The COVID-19 lockdown came as a shock for many students as coaching classes and schools closed abruptly. But students found an alternative in online classes, which experts say will remain "an all-weather friend" not only for students but also those preparing for competitive exams.
According to experts from the education industry, immediately after the lockdown, students were anxious as they had been studying for months and did not want to lose the momentum before exams. But at the same time they were cautious of attending classrooms due to the COVID-19 scare.
According to Kapil Gupta, founder and CEO of NEETprep, a prominent online coaching centre, the number of those enrolling for virtual classes has witnessed an exponential rises and the trend is likely to stay.
"The coronavirus pandemic brought various sectors to a grinding halt and students were stuck in a limbo. Left with little choice, the jittery lot switched to online learning which was not affected by the lockdown," he added.
"Online classes are a boon because suddenly they (students) did not have to worry about wearing a mask or maintaining social distancing? Online coaching has become a big hit especially among those preparing for NEET and JEE exams by proving to be their saviour during the COVID crisis," Gupta said.
Deepak Goel of iMET Global said that 2020 defined the digital industry in all positive and responsible ways as Covid pandemic made the industry to play a major role beyond commercial and innovative interests.
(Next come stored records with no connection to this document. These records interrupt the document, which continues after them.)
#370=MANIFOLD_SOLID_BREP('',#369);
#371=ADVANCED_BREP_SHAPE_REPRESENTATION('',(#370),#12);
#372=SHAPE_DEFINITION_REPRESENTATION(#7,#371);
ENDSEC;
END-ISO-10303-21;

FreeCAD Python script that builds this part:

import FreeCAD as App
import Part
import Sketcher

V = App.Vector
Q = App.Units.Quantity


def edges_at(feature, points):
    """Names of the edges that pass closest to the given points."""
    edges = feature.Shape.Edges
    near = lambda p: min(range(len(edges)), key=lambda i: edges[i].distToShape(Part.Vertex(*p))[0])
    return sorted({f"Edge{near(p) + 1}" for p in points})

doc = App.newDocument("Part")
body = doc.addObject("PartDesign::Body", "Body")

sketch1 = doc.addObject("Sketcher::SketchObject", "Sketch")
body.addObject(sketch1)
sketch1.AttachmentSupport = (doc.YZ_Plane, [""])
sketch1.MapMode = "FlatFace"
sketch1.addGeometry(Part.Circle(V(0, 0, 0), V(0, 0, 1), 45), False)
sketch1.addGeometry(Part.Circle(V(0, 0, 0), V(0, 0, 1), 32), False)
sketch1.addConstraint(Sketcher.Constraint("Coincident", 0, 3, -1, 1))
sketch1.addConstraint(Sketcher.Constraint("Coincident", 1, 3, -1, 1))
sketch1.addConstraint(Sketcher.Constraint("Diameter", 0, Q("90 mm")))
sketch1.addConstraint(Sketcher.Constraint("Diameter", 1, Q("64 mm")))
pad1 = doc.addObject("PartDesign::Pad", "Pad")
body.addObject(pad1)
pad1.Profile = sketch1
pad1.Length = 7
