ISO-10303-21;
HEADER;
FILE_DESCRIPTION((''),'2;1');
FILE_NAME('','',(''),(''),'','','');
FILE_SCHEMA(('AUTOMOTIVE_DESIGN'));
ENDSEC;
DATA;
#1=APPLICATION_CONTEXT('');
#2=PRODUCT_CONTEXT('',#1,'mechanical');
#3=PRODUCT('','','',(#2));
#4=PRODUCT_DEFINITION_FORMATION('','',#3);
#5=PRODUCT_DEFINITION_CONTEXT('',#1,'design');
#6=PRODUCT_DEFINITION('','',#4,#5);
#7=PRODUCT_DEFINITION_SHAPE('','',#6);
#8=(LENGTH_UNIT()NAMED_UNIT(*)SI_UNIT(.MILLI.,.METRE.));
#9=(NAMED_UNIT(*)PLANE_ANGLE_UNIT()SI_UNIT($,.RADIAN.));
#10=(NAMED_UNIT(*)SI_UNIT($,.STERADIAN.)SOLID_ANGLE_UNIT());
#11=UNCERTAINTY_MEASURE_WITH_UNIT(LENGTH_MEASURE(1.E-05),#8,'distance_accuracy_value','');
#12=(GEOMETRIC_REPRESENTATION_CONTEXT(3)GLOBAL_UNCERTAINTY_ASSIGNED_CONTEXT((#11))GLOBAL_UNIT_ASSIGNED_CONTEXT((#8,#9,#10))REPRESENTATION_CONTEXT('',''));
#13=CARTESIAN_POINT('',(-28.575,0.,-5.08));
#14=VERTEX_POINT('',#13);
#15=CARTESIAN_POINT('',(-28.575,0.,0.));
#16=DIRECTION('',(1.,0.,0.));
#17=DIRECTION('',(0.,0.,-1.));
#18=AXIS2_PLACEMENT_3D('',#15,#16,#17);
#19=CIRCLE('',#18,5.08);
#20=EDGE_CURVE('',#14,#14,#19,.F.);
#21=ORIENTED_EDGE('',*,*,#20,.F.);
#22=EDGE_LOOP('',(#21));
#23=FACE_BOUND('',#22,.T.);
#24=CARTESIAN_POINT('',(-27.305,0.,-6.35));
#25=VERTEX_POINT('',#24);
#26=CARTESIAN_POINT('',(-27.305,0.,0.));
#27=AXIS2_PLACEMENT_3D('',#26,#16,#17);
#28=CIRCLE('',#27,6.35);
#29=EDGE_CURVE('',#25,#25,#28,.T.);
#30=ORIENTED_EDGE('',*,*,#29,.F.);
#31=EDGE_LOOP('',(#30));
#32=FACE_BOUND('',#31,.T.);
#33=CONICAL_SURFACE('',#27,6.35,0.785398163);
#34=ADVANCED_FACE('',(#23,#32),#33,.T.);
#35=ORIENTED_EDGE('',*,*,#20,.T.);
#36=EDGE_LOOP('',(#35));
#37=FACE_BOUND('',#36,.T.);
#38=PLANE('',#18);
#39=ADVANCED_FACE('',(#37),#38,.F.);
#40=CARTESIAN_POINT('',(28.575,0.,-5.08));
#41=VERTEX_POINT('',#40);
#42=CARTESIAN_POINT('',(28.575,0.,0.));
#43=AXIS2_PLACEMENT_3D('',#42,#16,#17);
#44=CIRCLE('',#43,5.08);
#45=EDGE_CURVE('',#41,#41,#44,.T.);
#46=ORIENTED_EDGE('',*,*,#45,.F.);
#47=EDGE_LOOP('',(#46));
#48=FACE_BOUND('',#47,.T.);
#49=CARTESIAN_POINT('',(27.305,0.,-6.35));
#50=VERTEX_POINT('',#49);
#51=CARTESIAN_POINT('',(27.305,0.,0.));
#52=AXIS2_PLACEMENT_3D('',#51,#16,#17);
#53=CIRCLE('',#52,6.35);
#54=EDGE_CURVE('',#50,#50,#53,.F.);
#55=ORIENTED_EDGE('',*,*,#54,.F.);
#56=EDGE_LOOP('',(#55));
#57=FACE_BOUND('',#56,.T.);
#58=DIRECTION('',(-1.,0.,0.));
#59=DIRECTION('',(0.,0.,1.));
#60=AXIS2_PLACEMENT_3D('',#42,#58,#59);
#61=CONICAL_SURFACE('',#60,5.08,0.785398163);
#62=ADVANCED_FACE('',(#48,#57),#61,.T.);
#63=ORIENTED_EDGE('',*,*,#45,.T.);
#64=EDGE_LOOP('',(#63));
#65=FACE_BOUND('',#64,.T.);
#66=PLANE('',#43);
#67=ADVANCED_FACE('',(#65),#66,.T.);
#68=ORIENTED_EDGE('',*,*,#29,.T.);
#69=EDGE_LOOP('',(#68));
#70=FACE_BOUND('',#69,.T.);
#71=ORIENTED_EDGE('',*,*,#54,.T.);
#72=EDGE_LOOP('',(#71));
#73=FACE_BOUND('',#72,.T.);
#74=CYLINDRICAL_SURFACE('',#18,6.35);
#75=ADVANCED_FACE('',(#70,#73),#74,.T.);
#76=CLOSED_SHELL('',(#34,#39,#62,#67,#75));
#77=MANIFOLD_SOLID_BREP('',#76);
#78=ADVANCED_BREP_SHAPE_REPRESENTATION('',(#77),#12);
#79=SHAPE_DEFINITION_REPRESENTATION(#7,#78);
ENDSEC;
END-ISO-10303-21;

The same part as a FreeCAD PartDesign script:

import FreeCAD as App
import Part
import Sketcher
Q = App.Units.Quantity


def edges_at(feature, points):
    """Names of the edges that pass closest to the given points."""
    edges = feature.Shape.Edges
    near = lambda p: min(range(len(edges)), key=lambda i: edges[i].distToShape(Part.Vertex(*p))[0])
    return sorted({f"Edge{near(p) + 1}" for p in points})

doc = App.newDocument("Part")
body = doc.addObject("PartDesign::Body", "Body")

# Sketch on YZ plane
sketch1 = body.newObject("Sketcher::SketchObject", "Sketch")
sketch1.AttachmentSupport = (doc.getObject("YZ_Plane"), [""])
sketch1.MapMode = "FlatFace"
sketch1.addGeometry(Part.Circle(App.Vector(0, 0, 0), App.Vector(0, 0, 1), 6), False)
sketch1.addConstraint(Sketcher.Constraint("Coincident", 0, 3, -1, 1))
sketch1.addConstraint(Sketcher.Constraint("Diameter", 0, Q("0.5 in")))
pad1 = body.newObject("PartDesign::Pad", "Pad")
pad1.Profile = sketch1
pad1.Type = "TwoLengths"
pad1.Length = Q("1.125 in")
pad1.Length2 = Q("1.125 in")
doc.recompute()

chamfer = body.newObject("PartDesign::Chamfer", "Chamfer")
chamfer.Base = (pad1, edges_at(pad1, [(-28.575, 0, 6.35), (28.575, 0, 6.35)]))
chamfer.Size = Q("0.05 in")

doc.recompute()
He said that it will be important for those offering online service to present themselves as a credible alternative not only in terms of cost but also efficacy.
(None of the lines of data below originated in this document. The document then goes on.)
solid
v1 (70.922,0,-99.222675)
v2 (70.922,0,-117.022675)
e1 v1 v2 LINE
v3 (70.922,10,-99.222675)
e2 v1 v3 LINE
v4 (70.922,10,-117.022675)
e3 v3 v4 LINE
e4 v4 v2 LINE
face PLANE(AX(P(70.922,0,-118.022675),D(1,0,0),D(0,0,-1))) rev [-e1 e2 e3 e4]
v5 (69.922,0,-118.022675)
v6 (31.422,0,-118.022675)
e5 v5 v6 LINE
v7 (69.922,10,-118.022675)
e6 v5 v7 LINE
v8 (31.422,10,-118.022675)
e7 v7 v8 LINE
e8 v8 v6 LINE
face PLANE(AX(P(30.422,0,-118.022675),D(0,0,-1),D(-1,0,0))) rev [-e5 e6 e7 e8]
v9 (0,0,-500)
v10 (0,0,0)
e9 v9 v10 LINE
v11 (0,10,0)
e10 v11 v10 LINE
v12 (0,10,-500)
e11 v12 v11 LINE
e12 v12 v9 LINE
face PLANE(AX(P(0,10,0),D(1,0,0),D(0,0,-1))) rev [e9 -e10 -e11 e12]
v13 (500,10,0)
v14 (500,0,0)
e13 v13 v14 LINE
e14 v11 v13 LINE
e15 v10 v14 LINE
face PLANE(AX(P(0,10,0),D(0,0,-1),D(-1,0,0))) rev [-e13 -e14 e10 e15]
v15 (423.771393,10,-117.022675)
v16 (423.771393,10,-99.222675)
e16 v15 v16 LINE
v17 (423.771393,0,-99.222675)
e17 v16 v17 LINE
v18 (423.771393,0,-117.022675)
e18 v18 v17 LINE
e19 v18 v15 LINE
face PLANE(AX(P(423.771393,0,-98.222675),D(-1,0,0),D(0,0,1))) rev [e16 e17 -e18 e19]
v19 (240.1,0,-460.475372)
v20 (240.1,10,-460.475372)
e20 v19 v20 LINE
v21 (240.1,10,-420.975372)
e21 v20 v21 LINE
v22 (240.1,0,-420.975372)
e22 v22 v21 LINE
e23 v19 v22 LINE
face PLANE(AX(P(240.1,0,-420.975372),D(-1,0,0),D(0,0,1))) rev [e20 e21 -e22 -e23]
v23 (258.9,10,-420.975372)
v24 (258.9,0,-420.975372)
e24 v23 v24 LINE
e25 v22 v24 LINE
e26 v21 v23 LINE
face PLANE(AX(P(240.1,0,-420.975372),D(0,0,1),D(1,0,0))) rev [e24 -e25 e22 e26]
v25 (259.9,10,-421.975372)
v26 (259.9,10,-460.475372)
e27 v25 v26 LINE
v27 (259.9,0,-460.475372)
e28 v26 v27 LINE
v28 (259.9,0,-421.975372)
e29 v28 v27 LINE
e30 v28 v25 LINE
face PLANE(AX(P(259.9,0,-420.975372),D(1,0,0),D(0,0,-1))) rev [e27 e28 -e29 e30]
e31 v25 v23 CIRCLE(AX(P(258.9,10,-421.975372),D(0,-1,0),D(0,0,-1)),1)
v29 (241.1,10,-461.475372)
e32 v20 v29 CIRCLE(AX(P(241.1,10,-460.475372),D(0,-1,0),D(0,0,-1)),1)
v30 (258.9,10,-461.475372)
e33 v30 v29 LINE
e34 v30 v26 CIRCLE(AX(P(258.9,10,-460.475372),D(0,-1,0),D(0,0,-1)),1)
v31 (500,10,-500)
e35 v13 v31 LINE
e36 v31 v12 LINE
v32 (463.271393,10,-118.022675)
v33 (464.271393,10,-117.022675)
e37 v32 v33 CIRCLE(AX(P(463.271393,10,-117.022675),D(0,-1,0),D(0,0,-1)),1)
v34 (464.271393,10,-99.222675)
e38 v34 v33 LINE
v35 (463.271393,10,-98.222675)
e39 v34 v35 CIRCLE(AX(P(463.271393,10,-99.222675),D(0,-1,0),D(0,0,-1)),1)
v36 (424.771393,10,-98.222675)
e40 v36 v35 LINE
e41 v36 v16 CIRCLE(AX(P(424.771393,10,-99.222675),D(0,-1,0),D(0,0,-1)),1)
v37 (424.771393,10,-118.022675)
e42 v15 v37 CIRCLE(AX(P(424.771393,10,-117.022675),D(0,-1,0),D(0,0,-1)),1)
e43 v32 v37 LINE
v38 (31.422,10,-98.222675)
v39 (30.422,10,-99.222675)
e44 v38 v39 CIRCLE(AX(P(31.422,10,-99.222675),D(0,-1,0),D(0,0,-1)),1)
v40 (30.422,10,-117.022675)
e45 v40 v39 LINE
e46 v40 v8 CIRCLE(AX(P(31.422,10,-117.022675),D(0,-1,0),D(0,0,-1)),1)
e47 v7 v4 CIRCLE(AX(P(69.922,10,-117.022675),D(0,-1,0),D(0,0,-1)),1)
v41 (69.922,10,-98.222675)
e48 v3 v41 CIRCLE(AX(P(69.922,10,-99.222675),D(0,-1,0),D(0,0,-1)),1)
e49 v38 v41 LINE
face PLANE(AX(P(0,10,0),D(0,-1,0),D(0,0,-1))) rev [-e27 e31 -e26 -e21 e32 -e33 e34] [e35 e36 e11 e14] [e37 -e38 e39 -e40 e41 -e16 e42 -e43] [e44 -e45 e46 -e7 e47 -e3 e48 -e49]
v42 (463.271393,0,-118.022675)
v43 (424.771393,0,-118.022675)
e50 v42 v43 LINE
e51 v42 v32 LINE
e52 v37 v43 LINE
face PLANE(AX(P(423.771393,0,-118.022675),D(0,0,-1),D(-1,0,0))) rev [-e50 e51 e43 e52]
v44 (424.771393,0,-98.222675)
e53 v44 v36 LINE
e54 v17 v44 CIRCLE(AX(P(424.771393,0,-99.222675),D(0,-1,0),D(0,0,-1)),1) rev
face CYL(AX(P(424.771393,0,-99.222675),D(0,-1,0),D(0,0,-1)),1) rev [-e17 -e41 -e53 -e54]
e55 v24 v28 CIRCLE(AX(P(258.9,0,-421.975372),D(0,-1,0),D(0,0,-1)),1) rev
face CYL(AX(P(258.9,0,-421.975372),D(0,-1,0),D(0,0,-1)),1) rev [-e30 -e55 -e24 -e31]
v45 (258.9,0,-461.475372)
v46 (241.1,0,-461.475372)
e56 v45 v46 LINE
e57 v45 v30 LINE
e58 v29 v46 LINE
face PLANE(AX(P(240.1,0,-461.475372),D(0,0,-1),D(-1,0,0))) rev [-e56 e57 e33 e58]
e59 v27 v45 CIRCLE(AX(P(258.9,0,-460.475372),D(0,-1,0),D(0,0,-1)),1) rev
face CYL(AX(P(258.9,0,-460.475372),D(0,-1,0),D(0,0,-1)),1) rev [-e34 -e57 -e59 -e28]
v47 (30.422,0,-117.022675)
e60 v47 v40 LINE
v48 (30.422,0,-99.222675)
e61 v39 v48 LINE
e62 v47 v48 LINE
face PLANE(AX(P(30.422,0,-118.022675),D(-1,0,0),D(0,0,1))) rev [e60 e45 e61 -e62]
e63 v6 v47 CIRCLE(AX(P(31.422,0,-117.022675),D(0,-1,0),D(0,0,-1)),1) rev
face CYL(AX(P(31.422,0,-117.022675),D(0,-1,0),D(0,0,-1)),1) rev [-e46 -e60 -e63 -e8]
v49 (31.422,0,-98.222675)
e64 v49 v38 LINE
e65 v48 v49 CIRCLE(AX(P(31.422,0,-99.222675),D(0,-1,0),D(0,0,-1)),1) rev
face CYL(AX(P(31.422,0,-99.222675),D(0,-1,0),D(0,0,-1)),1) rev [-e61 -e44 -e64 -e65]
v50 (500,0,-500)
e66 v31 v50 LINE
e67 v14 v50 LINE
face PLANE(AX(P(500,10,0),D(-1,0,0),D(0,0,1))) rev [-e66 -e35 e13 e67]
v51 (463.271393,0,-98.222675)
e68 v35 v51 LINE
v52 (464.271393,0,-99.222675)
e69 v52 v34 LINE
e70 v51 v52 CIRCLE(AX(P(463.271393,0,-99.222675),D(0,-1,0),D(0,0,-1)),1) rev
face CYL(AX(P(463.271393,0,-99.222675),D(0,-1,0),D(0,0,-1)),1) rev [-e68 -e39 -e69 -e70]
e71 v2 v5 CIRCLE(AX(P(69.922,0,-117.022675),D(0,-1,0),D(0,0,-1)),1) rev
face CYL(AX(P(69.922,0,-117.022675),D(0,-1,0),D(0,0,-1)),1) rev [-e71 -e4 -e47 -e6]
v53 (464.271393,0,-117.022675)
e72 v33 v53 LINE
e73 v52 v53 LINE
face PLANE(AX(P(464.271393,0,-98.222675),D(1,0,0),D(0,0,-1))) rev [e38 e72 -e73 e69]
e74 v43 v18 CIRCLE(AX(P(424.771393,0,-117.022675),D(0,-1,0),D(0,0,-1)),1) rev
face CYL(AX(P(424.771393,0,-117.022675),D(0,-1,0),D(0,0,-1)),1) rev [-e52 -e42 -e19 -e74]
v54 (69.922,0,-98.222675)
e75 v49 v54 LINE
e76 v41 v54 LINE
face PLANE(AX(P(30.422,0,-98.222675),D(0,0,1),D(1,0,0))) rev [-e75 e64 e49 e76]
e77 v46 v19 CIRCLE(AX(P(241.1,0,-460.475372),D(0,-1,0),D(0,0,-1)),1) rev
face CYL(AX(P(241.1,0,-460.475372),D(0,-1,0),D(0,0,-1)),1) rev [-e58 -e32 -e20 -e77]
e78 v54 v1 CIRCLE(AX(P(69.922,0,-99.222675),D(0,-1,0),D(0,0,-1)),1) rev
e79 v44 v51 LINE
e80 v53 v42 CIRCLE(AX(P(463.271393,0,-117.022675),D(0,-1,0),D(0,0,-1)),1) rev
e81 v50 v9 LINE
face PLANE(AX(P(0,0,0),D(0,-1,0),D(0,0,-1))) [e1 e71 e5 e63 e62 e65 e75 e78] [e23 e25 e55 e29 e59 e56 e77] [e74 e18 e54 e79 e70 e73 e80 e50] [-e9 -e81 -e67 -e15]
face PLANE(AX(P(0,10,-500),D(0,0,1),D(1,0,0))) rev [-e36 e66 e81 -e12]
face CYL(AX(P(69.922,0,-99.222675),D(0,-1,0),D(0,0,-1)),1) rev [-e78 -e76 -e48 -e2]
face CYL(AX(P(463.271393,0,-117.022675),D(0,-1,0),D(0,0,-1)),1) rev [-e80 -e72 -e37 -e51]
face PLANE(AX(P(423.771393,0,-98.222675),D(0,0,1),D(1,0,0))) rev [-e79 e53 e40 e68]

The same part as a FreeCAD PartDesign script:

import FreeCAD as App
import Part
import Sketcher
Q = App.Units.Quantity


def edges_at(feature, points):
    """Names of the edges that pass closest to the given points."""
    edges = feature.Shape.Edges
    near = lambda p: min(range(len(edges)), key=lambda i: edges[i].distToShape(Part.Vertex(*p))[0])
    return sorted({f"Edge{near(p) + 1}" for p in points})


def add_polygon(sketch, points):
    """Adds a closed chain of lines whose ends are joined by coincident constraints."""
    first, n = sketch.GeometryCount, len(points)
    for a, b in zip(points, points[1:] + points[:1]):
        sketch.addGeometry(Part.LineSegment(App.Vector(*a, 0), App.Vector(*b, 0)), False)
    for i in range(n):
        sketch.addConstraint(Sketcher.Constraint("Coincident", first + i, 2, first + (i + 1) % n, 1))

doc = App.newDocument("Part")
params = doc.addObject("Spreadsheet::Sheet", "Params")
for row, (alias, value) in enumerate([
    ("sketch1_width", "500 mm"),
    ("pad1_length", "10 mm"),
    ("sketch2_width", "40.5 mm"),
    ("sketch2_width2", "19.8 mm"),
    ("pocket1_length", "10 mm"),
    ("fillet_radius", "1 mm"),
], start=1):
    params.set(f"A{row}", alias)
    params.set(f"B{row}", "=" + value)
    params.setAlias(f"B{row}", alias)

body = doc.addObject("PartDesign::Body", "Body")

sketch1 = body.newObject("Sketcher::SketchObject", "Sketch")
sketch1.AttachmentSupport = (doc.getObject("XZ_Plane"), [""])
sketch1.MapMode = "FlatFace"
add_polygon(sketch1, [(0, -500), (0, 0), (500, 0), (500, -500)])
sketch1.addConstraint([
    Sketcher.Constraint("Vertical", 0),
    Sketcher.Constraint("Horizontal", 1),
    Sketcher.Constraint("Vertical", 2),
    Sketcher.Constraint("Horizontal", 3),
    Sketcher.Constraint("Coincident", 0, 2, -1, 1),
    Sketcher.Constraint("Equal", 3, 0),
    Sketcher.Constraint("DistanceX", 1, 1, 1, 2, Q("500 mm")),
])
sketch1.setExpression("Constraints[10]", "Params.sketch1_width")
pad1 = body.newObject("PartDesign::Pad", "Pad")
pad1.Profile = sketch1
pad1.setExpression("Length", "Params.pad1_length")
pad1.Reversed = True

sketch2 = body.newObject("Sketcher::SketchObject", "Sketch001")
sketch2.AttachmentSupport = (doc.getObject("XZ_Plane"), [""])
sketch2.MapMode = "FlatFace"
sketch2.AttachmentOffset = App.Placement(App.Vector(0, 0, -10), App.Rotation())
add_polygon(sketch2, [(30, -118), (30, -98), (71, -98), (71, -118)])
add_polygon(sketch2, [(424, -118), (424, -98), (464, -98), (464, -118)])
add_polygon(sketch2, [(240, -461), (240, -421), (260, -421), (260, -461)])
sketch2.addConstraint([
    Sketcher.Constraint("Vertical", 0),
    Sketcher.Constraint("Horizontal", 1),
    Sketcher.Constraint("Vertical", 2),
    Sketcher.Constraint("Horizontal", 3),
    Sketcher.Constraint("Vertical", 4),
    Sketcher.Constraint("Horizontal", 5),
    Sketcher.Constraint("Vertical", 6),
    Sketcher.Constraint("Horizontal", 7),
    Sketcher.Constraint("Vertical", 8),
    Sketcher.Constraint("Horizontal", 9),
    Sketcher.Constraint("Vertical", 10),
    Sketcher.Constraint("Horizontal", 11),
    Sketcher.Constraint("Horizontal", 1, 2, 4, 2),
    Sketcher.Constraint("Horizontal", 3, 2, 6, 2),
    Sketcher.Constraint("Equal", 3, 5),
    Sketcher.Constraint("Equal", 11, 0),
    Sketcher.Constraint("Equal", 7, 8),
    Sketcher.Constraint("DistanceX", 1, 1, 1, 2, Q("40.5 mm")),
    Sketcher.Constraint("DistanceX", 9, 1, 9, 2, Q("19.8 mm")),
    Sketcher.Constraint("DistanceX", -1, 1, 8, 2, Q("240.1 mm")),
    Sketcher.Constraint("DistanceX", -1, 1, 0, 2, Q("30.422 mm")),
    Sketcher.Constraint("DistanceY", 0, 2, -1, 1, Q("98.222675 mm")),
    Sketcher.Constraint("DistanceX", -1, 1, 4, 2, Q("423.771393 mm")),
    Sketcher.Constraint("DistanceY", 8, 2, -1, 1, Q("420.975372 mm")),
])
sketch2.setExpression("Constraints[29]", "Params.sketch2_width")
sketch2.setExpression("Constraints[30]", "Params.sketch2_width2")
pocket1 = body.newObject("PartDesign::Pocket", "Pocket")
pocket1.Profile = sketch2
pocket1.setExpression("Length", "Params.pocket1_length")
pocket1.Reversed = True
doc.recompute()

fillet = body.newObject("PartDesign::Fillet", "Fillet")
fillet.Base = (pocket1, edges_at(pocket1, [
    (30.422, 5, -98.223),
    (30.422, 5, -118.023),
    (70.922, 5, -118.023),
    (70.922, 5, -98.223),
    (423.771, 5, -98.223),
    (423.771, 5, -118.023),
    (464.271, 5, -118.023),
    (464.271, 5, -98.223),
    (240.1, 5, -461.475),
    (259.9, 5, -461.475),
    (259.9, 5, -420.975),
]))
fillet.setExpression("Radius", "Params.fillet_radius")

doc.recompute()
"Just like the IT revolution in the late 90’s and early 2000’s, 2021 will witness Digital Revolution in all its facets of People, Process and Technology use. Digital will evolve in its full swing with enhancement in digital enabled education beyond conventional degrees and qualifications for new career prospects in digital marketing, AI, VR, ML, IoT or Big Data & Analytics. It shall keep generating more jobs and continue to be the business driver for the economy in 2021," Goel said.
Some experts said that the future of learning is online and if coaching institutes want to survive, they must take that into consideration.
"Situations like the COVID-19 lockdown are boosters to a paradigm shift. Time saving, extensive content, and wider availability of faculty drives students towards online coaching," head of department of cardiology at Janakpuri Super-specialty Hospital Anil Dhall said. "Gradually, all the conventional coaching centres will have to offer online coaching if they want to survive,? Dhall, a close observer of the medical education system, told PTI.
CEO of Delhi-based ICA Edu Skills Ankit Shyamsukha said embracing the new normal is the only way forward. "With COVID, we saw many sectors embracing technology like never before. In India, coaching before March 24, 2020, was highly personal in nature; COVID-19 forced a majority of institutes to turn to technology to continue services. The exams only proved the case for long term technology shift viability and also highlighted the adaptability power of the next-gen," he said.
RL Raina, Vice Chancellor, JK Lakshmipat University, Jaipur, said online coaching is also giving a major boost to the country's revenue. The global online education market is set to be valued at USD 319.167 billion by 2025, as compared to USD 187.877 billion in 2019, he said
"With North America having largest market share, Asia Pacific (APAC) countries including China, India, Malaysia and South Korea are set to see the most rapid regional growth," he said. "Against this, the Indian online education market was valued at INR 39 billion in 2018 and is expected to reach INR 360.3 billion by 2024 according to a report," Raina said.
So, while sheer numbers coupled with a vast English-speaking population make India an impressive market, it has to be upgraded in terms of digital infrastructure, skilling of teachers and students and supporting a vast number of digitally-disadvantaged people, he added.